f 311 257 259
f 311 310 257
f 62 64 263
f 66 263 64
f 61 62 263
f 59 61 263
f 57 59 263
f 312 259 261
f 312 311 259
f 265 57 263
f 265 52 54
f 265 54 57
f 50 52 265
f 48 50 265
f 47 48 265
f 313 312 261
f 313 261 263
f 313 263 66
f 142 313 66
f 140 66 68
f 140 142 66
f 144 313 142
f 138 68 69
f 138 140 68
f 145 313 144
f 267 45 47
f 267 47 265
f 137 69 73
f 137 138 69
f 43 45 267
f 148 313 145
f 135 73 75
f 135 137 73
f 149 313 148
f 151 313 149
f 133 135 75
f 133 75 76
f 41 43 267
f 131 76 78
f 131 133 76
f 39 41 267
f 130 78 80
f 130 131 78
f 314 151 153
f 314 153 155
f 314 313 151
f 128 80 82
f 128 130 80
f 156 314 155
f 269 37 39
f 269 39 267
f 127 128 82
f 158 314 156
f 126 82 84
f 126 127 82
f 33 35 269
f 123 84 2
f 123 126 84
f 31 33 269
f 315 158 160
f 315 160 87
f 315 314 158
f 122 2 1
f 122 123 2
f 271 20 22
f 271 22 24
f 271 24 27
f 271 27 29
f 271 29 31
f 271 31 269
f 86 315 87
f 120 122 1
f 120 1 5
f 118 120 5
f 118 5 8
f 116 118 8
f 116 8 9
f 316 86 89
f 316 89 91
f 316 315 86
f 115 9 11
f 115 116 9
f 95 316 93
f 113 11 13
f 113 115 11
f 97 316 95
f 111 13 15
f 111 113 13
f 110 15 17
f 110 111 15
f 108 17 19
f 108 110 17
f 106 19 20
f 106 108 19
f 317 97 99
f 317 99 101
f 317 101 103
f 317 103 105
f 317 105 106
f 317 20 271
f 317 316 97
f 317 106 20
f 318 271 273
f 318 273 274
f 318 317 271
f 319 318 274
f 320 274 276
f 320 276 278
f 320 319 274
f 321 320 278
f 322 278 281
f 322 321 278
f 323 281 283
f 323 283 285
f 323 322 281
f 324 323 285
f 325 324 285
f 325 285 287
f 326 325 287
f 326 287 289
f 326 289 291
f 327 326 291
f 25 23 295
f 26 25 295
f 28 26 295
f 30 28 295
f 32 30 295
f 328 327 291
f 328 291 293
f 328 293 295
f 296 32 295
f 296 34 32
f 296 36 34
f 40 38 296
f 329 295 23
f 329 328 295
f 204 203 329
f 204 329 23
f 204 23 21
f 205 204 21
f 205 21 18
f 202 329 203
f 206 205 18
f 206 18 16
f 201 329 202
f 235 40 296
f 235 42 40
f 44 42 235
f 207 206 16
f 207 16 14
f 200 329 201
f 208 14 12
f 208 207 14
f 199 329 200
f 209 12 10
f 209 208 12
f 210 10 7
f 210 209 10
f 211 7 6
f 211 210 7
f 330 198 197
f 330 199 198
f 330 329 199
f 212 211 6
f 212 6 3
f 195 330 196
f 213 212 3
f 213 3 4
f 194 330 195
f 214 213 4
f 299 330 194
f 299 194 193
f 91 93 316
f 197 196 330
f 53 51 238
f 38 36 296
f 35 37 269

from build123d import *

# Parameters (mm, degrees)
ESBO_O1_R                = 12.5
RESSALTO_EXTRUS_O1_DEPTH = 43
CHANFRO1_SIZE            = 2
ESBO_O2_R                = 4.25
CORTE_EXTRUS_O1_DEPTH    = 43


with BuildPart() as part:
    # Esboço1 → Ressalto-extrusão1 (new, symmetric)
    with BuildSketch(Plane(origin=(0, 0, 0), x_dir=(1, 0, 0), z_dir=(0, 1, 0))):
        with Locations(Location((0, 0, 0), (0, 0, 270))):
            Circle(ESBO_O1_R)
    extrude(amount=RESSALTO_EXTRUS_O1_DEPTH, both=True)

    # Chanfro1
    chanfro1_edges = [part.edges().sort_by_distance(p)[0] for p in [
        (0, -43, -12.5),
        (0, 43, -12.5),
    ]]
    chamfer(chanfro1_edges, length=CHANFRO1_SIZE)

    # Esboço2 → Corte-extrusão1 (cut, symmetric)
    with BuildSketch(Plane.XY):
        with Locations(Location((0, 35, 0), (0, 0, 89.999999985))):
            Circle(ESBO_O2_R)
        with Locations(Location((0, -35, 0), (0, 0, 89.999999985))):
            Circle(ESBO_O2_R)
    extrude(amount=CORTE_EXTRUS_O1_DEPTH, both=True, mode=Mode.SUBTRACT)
=====
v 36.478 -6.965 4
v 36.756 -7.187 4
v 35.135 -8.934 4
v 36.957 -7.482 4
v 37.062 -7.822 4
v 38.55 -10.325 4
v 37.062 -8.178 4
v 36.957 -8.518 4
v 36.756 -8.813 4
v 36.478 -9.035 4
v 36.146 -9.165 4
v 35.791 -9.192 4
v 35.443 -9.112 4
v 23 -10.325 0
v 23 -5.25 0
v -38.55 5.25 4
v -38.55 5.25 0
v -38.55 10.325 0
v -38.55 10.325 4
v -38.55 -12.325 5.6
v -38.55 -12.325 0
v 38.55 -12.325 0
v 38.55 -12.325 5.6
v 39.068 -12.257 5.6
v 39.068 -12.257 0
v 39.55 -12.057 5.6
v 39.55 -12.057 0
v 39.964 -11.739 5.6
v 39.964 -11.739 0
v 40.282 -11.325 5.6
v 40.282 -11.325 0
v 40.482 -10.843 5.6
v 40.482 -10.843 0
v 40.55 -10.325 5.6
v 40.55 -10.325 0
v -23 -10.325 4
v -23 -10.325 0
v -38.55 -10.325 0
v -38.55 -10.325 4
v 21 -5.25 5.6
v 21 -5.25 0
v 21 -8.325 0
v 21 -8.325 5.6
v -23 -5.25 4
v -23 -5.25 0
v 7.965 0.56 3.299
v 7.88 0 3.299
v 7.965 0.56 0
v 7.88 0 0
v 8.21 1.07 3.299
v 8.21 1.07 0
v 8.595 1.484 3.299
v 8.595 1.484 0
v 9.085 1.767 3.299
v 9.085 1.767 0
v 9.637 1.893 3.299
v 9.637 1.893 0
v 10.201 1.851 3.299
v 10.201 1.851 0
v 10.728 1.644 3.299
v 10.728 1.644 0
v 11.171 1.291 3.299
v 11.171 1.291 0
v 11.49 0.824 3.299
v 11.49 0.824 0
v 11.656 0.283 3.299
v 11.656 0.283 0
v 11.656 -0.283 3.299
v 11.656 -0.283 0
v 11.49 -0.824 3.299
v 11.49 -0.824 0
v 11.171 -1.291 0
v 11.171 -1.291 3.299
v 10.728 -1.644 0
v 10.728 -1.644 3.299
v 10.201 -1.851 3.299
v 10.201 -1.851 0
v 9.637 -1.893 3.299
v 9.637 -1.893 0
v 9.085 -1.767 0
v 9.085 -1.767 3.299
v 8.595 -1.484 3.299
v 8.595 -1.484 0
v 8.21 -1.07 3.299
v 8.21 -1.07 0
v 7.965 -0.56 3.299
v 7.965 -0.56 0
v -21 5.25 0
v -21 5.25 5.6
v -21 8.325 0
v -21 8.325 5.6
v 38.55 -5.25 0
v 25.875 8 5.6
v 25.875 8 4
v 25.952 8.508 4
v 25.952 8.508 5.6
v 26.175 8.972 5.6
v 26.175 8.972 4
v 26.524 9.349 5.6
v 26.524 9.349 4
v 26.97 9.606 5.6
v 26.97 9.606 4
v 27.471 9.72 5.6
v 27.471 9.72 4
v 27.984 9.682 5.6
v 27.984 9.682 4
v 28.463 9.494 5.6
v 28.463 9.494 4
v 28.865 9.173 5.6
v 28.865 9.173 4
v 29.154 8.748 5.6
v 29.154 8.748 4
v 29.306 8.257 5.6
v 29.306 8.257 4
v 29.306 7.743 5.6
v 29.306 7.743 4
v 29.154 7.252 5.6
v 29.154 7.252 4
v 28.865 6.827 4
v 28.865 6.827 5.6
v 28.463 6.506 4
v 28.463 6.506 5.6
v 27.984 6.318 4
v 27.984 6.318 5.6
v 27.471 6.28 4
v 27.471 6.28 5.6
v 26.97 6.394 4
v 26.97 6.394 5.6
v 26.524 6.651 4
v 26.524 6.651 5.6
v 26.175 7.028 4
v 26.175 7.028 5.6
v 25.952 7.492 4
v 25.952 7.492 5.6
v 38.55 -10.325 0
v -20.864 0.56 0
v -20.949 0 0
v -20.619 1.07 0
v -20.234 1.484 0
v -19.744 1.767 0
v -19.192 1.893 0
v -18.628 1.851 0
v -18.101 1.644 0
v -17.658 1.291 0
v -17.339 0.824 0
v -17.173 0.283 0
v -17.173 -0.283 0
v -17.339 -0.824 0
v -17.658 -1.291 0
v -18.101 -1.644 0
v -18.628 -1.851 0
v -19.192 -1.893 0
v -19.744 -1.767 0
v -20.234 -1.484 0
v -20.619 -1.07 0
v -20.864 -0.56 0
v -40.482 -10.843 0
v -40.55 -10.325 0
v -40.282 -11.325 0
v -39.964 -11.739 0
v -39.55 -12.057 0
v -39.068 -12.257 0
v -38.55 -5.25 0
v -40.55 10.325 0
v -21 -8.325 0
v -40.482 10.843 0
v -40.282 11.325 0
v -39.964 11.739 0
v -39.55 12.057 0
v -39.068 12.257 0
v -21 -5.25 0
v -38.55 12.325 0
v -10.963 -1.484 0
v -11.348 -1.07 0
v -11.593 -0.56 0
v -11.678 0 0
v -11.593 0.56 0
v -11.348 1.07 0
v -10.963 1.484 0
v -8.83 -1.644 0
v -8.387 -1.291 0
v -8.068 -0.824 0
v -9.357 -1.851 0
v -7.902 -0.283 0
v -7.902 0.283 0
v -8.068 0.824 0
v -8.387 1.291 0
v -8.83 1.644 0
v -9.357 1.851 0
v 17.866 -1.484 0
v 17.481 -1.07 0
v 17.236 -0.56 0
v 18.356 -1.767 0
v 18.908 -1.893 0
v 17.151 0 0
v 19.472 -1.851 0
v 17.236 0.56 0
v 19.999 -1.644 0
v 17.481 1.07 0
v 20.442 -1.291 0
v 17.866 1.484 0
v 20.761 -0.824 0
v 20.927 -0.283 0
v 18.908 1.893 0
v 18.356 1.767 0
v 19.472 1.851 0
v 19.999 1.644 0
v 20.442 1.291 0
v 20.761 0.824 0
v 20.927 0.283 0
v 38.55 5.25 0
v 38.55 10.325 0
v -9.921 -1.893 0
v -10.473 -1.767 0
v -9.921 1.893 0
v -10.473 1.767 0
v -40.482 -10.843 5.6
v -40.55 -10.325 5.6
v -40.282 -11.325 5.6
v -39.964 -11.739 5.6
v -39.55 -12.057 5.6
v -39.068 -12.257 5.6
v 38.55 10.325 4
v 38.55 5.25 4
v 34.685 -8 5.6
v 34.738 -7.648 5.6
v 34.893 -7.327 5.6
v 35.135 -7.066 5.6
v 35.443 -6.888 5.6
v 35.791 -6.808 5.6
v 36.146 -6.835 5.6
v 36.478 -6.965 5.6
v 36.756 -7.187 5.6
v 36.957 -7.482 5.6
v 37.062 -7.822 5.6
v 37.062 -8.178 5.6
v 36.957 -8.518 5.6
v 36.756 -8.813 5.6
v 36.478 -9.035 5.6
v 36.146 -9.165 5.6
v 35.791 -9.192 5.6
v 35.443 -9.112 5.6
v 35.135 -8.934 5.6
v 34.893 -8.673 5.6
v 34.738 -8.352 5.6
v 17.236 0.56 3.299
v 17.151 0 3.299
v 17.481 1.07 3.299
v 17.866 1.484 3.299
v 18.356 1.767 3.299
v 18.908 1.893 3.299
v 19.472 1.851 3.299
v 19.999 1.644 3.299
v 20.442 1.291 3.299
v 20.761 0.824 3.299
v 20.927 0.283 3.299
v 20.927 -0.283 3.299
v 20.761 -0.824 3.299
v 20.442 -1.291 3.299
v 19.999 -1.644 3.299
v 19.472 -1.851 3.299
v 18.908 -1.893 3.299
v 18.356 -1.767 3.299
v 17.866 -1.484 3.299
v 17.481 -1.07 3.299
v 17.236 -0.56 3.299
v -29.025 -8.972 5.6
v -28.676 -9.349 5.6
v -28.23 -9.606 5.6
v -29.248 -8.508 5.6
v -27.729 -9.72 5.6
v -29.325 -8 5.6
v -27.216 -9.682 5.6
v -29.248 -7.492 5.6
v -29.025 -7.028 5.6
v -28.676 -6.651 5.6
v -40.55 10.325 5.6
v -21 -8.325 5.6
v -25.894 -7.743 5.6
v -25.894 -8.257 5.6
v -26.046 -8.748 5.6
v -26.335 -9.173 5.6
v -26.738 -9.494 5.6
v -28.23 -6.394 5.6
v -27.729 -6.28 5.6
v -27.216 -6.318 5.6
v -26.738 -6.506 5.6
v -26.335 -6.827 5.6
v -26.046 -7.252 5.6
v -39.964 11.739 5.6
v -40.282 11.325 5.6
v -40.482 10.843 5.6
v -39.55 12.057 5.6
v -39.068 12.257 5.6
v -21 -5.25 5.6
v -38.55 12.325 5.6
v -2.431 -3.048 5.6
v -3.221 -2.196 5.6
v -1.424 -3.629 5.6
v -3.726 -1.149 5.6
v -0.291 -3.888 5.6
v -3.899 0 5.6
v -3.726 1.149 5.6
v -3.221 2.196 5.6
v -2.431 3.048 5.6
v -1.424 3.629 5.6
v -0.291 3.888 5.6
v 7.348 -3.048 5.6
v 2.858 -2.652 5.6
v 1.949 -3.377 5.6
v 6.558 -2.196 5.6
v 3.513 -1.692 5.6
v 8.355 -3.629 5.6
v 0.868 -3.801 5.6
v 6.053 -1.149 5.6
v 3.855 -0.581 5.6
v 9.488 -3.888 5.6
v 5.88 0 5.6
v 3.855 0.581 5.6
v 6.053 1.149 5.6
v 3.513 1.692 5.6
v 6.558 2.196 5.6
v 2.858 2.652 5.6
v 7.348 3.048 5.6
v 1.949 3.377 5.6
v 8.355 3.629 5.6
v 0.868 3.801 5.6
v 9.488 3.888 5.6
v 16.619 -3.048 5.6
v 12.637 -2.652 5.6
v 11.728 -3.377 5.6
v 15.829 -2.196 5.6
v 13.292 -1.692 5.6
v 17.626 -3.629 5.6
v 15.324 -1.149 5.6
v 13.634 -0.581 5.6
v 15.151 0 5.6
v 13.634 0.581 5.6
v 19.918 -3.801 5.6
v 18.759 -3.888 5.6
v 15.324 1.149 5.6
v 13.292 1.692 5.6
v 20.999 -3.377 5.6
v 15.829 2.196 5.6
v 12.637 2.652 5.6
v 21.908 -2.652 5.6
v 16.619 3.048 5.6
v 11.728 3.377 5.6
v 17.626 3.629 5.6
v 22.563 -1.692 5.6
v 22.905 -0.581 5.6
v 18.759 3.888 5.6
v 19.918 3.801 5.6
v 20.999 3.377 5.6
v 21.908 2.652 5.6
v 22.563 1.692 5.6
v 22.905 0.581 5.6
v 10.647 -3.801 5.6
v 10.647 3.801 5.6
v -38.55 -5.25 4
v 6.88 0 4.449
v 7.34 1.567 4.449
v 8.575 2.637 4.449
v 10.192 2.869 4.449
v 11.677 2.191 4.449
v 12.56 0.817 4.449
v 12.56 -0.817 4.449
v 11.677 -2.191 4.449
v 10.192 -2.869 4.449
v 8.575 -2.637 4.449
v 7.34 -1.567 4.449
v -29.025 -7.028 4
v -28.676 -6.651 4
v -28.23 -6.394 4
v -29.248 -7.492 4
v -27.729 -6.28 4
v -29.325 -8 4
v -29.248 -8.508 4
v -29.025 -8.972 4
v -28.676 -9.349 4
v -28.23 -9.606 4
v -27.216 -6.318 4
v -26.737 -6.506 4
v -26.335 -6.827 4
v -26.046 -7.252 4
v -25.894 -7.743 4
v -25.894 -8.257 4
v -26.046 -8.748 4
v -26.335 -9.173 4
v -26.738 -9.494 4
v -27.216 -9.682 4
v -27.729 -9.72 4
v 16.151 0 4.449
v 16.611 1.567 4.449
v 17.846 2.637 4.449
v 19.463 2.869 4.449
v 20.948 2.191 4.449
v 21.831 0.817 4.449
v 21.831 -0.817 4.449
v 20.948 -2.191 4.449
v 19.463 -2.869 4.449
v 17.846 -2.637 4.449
=====
◆ **What to work on**:
Look in the material above for the line with "f 311 257 259" and the line with "f 31 33 269", and transcribe exactly those lines and all lines between them, nothing more.

◆ **Expected output**:
f 311 257 259
f 311 310 257
f 62 64 263
f 66 263 64
f 61 62 263
f 59 61 263
f 57 59 263
f 312 259 261
f 312 311 259
f 265 57 263
f 265 52 54
f 265 54 57
f 50 52 265
f 48 50 265
f 47 48 265
f 313 312 261
f 313 261 263
f 313 263 66
f 142 313 66
f 140 66 68
f 140 142 66
f 144 313 142
f 138 68 69
f 138 140 68
f 145 313 144
f 267 45 47
f 267 47 265
f 137 69 73
f 137 138 69
f 43 45 267
f 148 313 145
f 135 73 75
f 135 137 73
f 149 313 148
f 151 313 149
f 133 135 75
f 133 75 76
f 41 43 267
f 131 76 78
f 131 133 76
f 39 41 267
f 130 78 80
f 130 131 78
f 314 151 153
f 314 153 155
f 314 313 151
f 128 80 82
f 128 130 80
f 156 314 155
f 269 37 39
f 269 39 267
f 127 128 82
f 158 314 156
f 126 82 84
f 126 127 82
f 33 35 269
f 123 84 2
f 123 126 84
f 31 33 269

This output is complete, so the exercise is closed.